In order to get the most help from the compiler, we'll compile with four flags: "-ansi -Wall -W -pedantic". The "-ansi" flag asks for strict, standard C -- it disallows more relaxed syntac otherwise allowed by gcc. We do this to ensure that our code is fully portable. "-Wall and -W" ask for all warnings. "-Wall" is short for "Warnings: all". For whatever reason, the otherwise less-thorough "-W" flag picks up a small few that "-Wall" misses. "-pedantic" sounds exactly like what it is -- it asks for even the small stuff.
Again, this semester you should compile with all four of these flags, because we will -- and each warning costs 10 points!
So, let's ocmpile again with these flags:
  gcc -Wall -W -ansi -pedantic helloworld.c -o helloworld
  
Notice it gives us four warnings:
  helloworld.c:3: warning: unused parameter 'argc'
  helloworld.c:3: warning: unused parameter 'argv'
  helloworld.c: In function `main':
  helloworld.c:5: warning: control reaches end of non-void function
  
Each of which is easily resolved:

We remove the unused arguments from the list
We return 0 to indicate success

So, here's the corrected version:
  #include <stdio.h>

  int main () {
    printf ("Hello world!\n");

    return 0;
  }
  

Prototypes, Header Files and The #include

So, what does the "#include" line do?
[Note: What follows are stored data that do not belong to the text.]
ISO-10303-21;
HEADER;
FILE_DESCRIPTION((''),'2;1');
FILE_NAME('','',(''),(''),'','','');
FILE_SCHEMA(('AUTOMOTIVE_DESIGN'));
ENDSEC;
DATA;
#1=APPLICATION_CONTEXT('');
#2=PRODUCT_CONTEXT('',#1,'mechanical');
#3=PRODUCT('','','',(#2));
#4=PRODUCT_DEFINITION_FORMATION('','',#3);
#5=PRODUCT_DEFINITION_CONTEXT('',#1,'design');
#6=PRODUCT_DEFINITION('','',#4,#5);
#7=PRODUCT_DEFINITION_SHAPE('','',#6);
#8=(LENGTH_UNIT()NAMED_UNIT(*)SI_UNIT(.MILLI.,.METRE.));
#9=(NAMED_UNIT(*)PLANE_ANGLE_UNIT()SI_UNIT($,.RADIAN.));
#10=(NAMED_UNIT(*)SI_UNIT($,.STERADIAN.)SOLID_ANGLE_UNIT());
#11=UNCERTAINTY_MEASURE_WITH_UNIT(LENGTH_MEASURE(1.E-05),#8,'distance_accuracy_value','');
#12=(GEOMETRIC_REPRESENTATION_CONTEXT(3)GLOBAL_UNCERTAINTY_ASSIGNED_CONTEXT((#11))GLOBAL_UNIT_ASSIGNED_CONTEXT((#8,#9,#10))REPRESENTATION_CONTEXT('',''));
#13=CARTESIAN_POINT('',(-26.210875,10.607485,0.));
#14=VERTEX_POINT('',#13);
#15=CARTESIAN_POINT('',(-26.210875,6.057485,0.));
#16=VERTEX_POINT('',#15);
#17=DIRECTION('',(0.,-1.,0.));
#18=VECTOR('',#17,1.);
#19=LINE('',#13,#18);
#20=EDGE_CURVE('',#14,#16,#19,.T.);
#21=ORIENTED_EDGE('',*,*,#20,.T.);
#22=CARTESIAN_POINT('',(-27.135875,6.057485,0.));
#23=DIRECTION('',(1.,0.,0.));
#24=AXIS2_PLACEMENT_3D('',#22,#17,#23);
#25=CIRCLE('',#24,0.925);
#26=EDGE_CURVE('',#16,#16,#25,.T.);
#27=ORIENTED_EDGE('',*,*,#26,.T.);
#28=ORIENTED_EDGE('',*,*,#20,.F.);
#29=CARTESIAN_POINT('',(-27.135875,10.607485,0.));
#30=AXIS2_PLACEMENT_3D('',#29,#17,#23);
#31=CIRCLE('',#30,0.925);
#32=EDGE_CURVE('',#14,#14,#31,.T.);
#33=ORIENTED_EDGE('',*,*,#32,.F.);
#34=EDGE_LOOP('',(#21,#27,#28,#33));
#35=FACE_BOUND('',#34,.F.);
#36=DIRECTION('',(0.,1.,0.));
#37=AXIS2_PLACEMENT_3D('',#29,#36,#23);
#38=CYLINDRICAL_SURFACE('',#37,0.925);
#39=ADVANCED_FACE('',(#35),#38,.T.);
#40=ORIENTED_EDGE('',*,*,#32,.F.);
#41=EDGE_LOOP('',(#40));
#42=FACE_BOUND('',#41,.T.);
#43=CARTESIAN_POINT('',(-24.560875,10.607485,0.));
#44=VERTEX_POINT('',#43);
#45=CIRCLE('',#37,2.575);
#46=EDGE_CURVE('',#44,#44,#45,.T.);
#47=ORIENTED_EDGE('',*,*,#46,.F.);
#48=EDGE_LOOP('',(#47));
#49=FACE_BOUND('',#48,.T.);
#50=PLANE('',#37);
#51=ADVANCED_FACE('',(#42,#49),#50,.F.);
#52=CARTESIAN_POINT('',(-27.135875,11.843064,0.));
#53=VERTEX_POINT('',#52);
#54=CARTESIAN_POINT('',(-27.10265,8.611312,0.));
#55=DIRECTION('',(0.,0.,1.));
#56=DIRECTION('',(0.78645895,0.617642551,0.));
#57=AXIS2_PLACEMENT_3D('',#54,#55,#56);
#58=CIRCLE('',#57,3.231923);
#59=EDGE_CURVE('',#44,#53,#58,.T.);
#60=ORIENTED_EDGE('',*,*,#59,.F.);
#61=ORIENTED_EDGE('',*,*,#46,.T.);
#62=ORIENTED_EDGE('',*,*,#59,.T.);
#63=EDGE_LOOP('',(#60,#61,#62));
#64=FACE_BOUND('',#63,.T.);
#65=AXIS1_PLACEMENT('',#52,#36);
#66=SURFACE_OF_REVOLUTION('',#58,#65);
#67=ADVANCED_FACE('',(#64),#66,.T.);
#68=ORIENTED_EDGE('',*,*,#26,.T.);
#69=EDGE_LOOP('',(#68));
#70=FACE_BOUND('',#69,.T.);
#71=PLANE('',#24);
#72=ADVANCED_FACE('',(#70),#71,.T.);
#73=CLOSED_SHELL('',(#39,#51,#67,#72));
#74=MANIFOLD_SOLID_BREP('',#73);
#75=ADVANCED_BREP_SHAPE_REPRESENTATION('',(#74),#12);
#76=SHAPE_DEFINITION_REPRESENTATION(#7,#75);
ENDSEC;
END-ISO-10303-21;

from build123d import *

# Parameters (mm, degrees)
F2_R     = 0.925
F3_DEPTH = 4.55


with BuildPart() as f1:
    # F0 (on Top) → F1 (revolve)
    with BuildSketch(Plane.XY):
        with BuildLine():
            Line((-27.135875, 11.843064), (-27.135875, 10.607485))
            Line((-27.135875, 10.607485), (-24.560875, 10.607485))
            ThreePointArc((-24.560875, 10.607485), (-25.704484, 11.525151), (-27.135875, 11.843064))
        make_face()
    revolve(axis=Axis((-27.135875, 11.843064, 0), (0, 1, 0)))

    # F2 (on face) → F3 (join)
    with BuildSketch(Plane.XZ.offset(-10.607485)):
        with Locations((-27.135875, 0)):
            Circle(F2_R)
    extrude(amount=F3_DEPTH)


solid = f1.part
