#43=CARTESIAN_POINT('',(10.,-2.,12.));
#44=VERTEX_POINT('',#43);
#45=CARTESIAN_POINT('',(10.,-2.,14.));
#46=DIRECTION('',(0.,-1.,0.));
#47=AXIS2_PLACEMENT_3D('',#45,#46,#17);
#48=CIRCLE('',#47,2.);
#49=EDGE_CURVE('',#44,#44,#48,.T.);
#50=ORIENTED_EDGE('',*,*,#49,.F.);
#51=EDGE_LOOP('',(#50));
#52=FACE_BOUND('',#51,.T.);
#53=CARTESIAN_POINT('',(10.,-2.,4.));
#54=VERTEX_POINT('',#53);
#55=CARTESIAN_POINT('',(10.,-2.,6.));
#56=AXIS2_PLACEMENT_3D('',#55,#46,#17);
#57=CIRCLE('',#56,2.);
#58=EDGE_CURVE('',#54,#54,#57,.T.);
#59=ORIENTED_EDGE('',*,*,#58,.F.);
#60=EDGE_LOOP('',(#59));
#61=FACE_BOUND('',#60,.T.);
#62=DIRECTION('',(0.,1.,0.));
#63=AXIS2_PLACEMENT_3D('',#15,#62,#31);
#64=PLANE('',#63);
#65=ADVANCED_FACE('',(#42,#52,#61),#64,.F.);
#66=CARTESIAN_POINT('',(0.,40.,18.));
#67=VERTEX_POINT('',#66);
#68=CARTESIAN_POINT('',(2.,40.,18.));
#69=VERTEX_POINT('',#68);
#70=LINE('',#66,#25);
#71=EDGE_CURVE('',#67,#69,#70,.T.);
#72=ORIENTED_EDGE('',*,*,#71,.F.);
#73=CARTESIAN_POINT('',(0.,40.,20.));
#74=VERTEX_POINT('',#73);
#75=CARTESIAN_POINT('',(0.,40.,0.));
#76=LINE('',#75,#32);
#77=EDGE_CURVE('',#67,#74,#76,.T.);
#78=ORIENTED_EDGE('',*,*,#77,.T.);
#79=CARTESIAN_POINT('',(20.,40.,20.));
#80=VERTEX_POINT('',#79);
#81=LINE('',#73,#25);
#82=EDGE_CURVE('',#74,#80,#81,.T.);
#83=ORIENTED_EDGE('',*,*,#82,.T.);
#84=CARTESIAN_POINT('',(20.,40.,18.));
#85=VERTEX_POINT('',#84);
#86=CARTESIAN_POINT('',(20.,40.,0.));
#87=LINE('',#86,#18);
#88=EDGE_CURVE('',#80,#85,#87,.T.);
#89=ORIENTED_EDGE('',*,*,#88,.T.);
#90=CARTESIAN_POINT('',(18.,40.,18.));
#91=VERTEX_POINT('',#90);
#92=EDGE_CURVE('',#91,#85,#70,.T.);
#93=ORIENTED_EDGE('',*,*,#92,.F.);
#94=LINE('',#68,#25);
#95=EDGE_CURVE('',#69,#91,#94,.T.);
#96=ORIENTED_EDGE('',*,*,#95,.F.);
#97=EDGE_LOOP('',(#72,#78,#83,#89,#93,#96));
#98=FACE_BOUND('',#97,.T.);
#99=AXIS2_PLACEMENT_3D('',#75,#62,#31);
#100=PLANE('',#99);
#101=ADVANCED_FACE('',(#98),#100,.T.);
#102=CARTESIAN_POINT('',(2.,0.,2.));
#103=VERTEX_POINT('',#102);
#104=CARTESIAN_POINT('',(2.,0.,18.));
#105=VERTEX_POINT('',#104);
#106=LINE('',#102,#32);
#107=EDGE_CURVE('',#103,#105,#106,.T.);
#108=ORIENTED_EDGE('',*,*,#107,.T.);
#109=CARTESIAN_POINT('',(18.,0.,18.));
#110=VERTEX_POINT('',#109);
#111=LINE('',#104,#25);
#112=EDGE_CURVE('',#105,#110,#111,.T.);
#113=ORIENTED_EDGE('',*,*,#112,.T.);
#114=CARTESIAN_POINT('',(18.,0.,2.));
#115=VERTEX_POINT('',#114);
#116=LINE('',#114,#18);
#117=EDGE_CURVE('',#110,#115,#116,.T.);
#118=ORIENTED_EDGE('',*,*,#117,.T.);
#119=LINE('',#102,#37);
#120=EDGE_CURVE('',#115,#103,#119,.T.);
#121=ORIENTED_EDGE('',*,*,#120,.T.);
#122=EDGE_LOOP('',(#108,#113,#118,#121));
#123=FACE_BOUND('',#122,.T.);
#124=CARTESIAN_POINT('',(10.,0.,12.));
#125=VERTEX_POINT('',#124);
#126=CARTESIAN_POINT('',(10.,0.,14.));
Let's remove it and see what happens:
  helloworld.c: In function `main':
  helloworld.c:3: warning: implicit declaration of function `printf'
  
The compiler complains of an "implicit declaration of function 'printf'". What does this mean? In C, the compiler needs to know the definition of a function before it is called. if it doesn't, this is called an "implicit declaration". Sometimes this generates this one warning -- and sometimes it generates multiple additional warnings. Depending on the compiler, it can generate multiple warnings for a few reasons. Some compilers will assume that all of the types associated with the function are "int", which is an old C default, and then complain that they don't match. Others know about certain functions a prior and will complain that this "default" doesn't match what they know.
Regardless, we can quiet these warnings by adding a definition, known as a function prototype at the top of the file, before using the function. This prototype is a type of forward reference, which tells the compiler about something before it is used. The prototypes contains the "signature" of the function and its return value -- basically the name and the types, but not necessarily the argument names.
Check out the new version of our program below. Remember, the "char *" is just "C for string" and the "..." just indicates, as you know, that this is a "variable argument function". Remember from AWK, that the number of arguments to printf() is the same as the number of placeholders in the format string.
  int printf (char *, ...);

  int main () {
  printf ("Hello world!\n");

  return 0;
}

  
So, what do you think is in the "stdio.h" file that we included before? Well, "stdio" is short for "standard input and output" and the ".h" extension is used for "header files". Header files files are files that are usually icnluded at the top of files containing real code, hence they are called "headers". They contian function prototypes and other definitions. You'll include "stdio.h" in most of your programs -- it contains the prototypes and definitions for most of the usual I/O functions, and then some.
In class we looked at it using "less /usr/include/stdio.h" and then looked at the version of our program with the #include, after compiling with the "-E" option. We noted that the stuff from the header file was not at the top of the code -- with our code as only the last few of very many lines.

Minor Homework

Everyone was asked to type in, by hand, the "Hello World" program and get it to compiler on hte "andrew unix systems" -- without warnings.